Comment 9 aihua liang 2017-01-11 12:12:56 UTC
According to fam's suggestion in https://bugzilla.redhat.com/show_bug.cgi?id=1393041 comment8, retest the bug, vm can reset successfully after release the disk space, detail as bellow:

Test Steps:
   1.Create a 25G qcow2 image and install windows2012r2 on it.

   2.Full write the guest image disk until no space left on device.

   3.Start guest by qemu cmd:(same as comment 7)

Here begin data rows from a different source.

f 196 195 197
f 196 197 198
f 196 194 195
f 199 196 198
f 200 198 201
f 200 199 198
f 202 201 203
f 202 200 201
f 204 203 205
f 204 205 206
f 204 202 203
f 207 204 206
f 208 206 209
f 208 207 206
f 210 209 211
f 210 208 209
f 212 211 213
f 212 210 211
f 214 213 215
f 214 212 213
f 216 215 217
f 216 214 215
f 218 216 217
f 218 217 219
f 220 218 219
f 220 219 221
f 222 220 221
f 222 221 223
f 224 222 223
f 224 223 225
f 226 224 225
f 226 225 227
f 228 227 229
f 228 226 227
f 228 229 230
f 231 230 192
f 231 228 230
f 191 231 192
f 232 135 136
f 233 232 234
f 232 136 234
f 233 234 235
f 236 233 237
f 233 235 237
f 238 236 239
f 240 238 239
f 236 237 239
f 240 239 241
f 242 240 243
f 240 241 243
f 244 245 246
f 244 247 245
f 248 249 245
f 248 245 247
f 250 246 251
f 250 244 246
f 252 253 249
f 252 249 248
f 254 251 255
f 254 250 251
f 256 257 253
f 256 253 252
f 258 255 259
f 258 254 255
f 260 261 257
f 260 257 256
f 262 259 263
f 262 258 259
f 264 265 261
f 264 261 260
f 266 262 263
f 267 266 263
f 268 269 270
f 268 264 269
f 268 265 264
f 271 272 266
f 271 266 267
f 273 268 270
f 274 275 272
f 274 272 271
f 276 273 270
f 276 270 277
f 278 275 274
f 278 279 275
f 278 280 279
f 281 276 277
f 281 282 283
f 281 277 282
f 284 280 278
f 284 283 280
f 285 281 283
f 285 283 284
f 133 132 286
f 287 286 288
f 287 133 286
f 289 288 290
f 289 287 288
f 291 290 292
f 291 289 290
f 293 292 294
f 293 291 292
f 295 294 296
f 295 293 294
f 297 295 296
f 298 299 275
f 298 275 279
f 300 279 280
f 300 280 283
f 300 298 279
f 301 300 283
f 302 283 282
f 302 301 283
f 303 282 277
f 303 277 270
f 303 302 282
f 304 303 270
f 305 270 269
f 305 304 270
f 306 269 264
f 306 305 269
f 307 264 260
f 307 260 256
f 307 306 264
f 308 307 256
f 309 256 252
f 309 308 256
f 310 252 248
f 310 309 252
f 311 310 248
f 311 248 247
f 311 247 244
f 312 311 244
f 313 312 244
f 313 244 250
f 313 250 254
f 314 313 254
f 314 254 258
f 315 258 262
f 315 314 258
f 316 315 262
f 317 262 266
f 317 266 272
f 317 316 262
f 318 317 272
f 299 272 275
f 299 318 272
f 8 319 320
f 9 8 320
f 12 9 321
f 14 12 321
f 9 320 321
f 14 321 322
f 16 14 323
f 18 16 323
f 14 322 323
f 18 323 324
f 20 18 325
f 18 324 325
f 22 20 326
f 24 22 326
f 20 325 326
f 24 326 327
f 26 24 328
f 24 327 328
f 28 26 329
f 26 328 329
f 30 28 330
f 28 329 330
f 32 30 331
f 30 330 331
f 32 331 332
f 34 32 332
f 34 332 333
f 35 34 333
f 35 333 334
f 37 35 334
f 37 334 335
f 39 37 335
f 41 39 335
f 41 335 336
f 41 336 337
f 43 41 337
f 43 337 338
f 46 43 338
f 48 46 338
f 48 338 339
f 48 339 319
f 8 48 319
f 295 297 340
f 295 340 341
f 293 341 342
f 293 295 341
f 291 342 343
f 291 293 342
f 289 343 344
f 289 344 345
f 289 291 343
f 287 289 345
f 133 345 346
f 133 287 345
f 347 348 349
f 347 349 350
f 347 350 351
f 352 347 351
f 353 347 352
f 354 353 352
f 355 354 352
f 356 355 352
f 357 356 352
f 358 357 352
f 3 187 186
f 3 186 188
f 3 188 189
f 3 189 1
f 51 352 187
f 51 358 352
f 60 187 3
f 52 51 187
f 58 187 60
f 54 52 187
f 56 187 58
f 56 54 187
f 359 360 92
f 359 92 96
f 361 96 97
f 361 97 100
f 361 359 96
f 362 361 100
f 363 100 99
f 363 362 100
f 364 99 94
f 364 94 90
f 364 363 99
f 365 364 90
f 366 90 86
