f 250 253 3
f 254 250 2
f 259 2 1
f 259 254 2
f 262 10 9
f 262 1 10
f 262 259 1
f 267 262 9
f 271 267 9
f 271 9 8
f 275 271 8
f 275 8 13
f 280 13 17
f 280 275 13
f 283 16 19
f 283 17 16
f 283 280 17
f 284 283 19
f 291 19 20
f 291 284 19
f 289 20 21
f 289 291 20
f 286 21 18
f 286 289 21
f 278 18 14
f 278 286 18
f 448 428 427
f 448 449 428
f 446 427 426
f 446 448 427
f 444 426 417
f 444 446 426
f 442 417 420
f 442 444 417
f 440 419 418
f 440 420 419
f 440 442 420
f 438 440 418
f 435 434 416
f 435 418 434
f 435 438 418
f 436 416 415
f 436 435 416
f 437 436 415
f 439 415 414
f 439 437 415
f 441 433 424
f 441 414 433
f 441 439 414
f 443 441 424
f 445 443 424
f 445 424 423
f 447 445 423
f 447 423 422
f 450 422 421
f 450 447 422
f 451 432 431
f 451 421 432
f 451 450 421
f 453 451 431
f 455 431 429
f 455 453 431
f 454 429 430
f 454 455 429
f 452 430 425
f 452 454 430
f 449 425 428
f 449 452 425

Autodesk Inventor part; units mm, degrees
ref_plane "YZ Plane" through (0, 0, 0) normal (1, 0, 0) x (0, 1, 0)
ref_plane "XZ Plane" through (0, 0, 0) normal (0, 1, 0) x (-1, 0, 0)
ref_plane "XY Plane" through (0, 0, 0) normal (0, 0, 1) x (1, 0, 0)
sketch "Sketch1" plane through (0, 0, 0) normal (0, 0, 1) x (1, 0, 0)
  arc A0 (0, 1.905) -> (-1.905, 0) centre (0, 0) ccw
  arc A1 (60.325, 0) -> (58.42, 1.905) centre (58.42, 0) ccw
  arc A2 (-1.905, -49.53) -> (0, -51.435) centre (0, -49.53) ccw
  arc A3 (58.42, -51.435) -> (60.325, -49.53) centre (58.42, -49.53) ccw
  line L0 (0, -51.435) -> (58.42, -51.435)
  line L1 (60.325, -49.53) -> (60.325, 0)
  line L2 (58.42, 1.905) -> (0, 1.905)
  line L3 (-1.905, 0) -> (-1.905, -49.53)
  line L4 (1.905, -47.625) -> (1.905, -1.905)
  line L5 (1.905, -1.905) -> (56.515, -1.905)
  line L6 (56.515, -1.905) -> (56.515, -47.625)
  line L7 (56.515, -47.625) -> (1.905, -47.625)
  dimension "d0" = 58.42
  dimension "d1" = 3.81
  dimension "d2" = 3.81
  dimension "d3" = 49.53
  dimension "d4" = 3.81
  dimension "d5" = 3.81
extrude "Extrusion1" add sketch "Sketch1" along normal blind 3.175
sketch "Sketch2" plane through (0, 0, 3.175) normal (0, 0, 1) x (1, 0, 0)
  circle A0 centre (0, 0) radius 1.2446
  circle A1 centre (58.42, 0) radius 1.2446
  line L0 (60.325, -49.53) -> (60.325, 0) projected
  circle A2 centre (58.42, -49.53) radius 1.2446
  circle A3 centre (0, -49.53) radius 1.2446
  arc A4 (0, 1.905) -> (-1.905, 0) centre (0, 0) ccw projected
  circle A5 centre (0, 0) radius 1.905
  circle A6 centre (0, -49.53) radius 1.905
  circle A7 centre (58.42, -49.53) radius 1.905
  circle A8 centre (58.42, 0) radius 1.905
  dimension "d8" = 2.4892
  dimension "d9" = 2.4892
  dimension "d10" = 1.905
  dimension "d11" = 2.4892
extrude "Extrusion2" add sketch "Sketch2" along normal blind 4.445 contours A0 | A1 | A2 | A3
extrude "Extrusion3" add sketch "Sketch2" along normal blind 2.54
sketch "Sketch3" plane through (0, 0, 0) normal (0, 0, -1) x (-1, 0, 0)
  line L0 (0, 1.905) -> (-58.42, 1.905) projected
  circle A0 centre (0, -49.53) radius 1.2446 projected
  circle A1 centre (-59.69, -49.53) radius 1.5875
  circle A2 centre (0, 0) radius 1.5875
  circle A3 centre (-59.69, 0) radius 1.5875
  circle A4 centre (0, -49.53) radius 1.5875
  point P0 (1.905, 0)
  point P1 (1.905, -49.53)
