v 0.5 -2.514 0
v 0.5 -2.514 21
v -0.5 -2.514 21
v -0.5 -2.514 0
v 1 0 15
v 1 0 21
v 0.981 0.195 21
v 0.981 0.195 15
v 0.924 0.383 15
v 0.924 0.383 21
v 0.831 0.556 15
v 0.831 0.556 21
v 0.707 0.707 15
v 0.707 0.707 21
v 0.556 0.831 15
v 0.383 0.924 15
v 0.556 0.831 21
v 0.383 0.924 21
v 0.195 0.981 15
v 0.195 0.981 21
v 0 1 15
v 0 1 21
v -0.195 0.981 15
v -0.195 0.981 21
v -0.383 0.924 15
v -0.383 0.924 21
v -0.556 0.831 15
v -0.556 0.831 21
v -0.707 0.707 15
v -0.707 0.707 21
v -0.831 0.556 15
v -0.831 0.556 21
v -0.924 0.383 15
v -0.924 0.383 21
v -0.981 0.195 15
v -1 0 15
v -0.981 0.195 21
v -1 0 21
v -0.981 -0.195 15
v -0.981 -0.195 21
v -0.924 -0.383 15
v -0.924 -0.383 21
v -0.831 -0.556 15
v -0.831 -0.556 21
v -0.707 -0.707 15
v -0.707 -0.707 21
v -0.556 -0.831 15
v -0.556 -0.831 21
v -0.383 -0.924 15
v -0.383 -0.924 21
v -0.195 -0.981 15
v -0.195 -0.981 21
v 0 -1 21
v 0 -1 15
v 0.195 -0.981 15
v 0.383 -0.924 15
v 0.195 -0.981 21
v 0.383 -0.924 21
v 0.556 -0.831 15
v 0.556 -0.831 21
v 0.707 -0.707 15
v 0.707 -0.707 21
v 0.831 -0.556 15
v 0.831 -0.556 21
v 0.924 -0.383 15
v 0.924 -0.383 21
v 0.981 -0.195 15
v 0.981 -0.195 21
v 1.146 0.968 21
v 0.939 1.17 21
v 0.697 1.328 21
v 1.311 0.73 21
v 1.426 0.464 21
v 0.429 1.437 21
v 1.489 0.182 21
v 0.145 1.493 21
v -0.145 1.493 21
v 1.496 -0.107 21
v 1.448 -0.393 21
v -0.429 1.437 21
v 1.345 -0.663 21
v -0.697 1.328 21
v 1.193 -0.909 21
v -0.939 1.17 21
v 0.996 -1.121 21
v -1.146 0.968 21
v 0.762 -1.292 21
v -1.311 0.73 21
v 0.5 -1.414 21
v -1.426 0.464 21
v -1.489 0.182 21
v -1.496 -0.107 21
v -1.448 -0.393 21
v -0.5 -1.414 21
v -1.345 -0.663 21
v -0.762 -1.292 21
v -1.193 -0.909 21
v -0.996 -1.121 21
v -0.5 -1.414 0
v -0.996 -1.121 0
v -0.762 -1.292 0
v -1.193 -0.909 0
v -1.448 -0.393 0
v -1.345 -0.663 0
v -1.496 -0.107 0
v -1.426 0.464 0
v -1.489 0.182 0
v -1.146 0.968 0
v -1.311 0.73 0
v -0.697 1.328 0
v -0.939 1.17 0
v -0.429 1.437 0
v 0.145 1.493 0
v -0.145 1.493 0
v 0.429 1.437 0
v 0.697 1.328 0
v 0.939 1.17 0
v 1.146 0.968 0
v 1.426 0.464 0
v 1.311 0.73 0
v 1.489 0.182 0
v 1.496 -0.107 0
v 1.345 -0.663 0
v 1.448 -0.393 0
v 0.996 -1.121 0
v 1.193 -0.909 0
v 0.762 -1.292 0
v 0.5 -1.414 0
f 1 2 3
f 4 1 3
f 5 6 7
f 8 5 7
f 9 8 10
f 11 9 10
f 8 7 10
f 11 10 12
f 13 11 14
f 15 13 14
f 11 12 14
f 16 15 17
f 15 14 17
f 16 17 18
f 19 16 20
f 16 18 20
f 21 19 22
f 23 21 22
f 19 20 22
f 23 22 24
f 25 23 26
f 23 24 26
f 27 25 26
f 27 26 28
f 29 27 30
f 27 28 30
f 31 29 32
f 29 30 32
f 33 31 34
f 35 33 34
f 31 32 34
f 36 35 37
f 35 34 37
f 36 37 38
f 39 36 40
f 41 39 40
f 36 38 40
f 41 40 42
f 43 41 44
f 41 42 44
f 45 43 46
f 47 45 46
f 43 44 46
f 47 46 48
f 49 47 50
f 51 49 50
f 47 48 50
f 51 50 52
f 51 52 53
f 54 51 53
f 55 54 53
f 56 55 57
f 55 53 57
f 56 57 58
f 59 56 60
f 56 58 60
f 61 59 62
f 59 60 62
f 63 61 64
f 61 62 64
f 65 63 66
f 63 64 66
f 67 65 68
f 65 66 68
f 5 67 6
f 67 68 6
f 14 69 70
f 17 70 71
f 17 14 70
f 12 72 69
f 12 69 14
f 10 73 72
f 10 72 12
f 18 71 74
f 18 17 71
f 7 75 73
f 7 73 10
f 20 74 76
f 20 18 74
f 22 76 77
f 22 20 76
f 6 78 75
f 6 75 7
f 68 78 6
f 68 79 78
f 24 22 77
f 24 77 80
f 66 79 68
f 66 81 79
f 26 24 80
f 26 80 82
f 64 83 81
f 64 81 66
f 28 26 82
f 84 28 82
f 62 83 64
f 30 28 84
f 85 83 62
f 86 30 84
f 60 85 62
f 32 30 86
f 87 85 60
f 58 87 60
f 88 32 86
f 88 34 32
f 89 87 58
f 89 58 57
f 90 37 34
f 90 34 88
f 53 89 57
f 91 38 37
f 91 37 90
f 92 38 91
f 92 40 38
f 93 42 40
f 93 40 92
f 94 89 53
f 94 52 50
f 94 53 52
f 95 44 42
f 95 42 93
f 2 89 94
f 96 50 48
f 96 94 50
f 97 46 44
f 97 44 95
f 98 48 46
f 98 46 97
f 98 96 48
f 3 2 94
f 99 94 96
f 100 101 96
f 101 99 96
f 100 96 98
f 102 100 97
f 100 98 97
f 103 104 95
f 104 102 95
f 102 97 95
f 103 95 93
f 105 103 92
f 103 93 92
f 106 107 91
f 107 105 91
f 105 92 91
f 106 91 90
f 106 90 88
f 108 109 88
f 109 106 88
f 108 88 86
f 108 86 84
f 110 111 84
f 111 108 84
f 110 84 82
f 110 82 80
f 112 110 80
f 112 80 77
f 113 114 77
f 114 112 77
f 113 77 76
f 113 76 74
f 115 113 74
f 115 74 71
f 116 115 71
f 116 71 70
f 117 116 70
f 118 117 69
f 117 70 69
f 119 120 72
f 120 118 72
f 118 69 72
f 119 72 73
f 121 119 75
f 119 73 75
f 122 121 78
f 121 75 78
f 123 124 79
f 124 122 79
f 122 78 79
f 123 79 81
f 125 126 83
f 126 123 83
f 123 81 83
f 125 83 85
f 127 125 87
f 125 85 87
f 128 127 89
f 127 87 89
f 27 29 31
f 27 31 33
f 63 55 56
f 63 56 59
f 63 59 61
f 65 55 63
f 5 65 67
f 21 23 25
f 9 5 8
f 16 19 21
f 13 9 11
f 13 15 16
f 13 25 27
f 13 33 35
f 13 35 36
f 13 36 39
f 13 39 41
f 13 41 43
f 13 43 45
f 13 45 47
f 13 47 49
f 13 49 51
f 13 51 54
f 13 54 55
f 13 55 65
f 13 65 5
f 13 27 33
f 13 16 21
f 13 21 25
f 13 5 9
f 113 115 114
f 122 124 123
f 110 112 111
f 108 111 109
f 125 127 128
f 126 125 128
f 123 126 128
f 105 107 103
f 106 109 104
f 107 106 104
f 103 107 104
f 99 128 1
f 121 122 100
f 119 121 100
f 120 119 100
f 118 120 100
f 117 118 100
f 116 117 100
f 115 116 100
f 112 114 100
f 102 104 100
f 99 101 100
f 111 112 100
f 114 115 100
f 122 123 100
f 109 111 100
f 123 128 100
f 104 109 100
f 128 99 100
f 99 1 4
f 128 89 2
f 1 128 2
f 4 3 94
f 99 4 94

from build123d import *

# Parameters (mm, degrees)
SKETCH1_R               = 5
BOSS_EXTRUDE1_DEPTH     = 21
CUT_EXTRUDE1_DEPTH      = 23.158519806
CUT_EXTRUDE1_DEPTH_BACK = 23.158519806
SKETCH2_OUTSIDE_W       = 17.064
SKETCH2_OUTSIDE_H       = 17.064
SKETCH6_R               = 1
CUT_EXTRUDE4_DEPTH      = 6


with BuildPart() as part:
    # Sketch1 → Boss-Extrude1 (new body)
    with BuildSketch(Plane.XY):
        with Locations(Location((0, 0, 0), (0, 0, 180))):
            Circle(SKETCH1_R)
    extrude(amount=BOSS_EXTRUDE1_DEPTH)

    # Sketch2 outside → Cut-Extrude1 (cut, two sides: drawn at the far end of the back side and taken through both)
    with BuildSketch(Plane(origin=(0, 0, 0), x_dir=(-1, 0, 0), z_dir=(0, 0, -1)).offset(-CUT_EXTRUDE1_DEPTH_BACK)):
        Rectangle(SKETCH2_OUTSIDE_W, SKETCH2_OUTSIDE_H)
        with BuildLine():
            Line((-0.5, -1.414213562), (-0.5, -2.514213562))
            Line((-0.5, -2.514213562), (0.5, -2.514213562))
            Line((0.5, -2.514213562), (0.5, -1.414213562))
            ThreePointArc((0.5, -1.414213562), (0, 1.5), (-0.5, -1.414213562))
        make_face(mode=Mode.SUBTRACT)
    extrude(amount=CUT_EXTRUDE1_DEPTH + CUT_EXTRUDE1_DEPTH_BACK, mode=Mode.SUBTRACT)

    # Sketch6 → Cut-Extrude4 (cut)
    with BuildSketch(Plane.XY.offset(21)):
        Circle(SKETCH6_R)
    extrude(amount=-CUT_EXTRUDE4_DEPTH, mode=Mode.SUBTRACT)


solid = part.part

   4.Start some applications on guest utils it hangs.

   5.Check vm status:
     (qemu)info status     ------->VM status:paused(io-error)

   6.Reset vm
     (qemu)system_reset    ------->VM doesn't reboot immediately.
 
   7.Check vm status
     (qemu)info status    -------->VM status:paused(prelaunch)

   8.Cont vm
     (qemu)cont           -------->VM restart but hang when loading os

   9.Check vm status
     (qemu)info status    -------->VM status:paused(io-error)
 
   10.Release some disk space, then repeat step6~9.

 Test Result:
  After step10, vm can boot up and work normally with status "running".

After release disk space + vm reset, the io-error can be ended and vm can work normally, so change the bug status to "Verified".

Comment 10 John Snow 2017-01-12 23:01:00 UTC
OK, removing needinfo for now. If there are still problems, please let me know.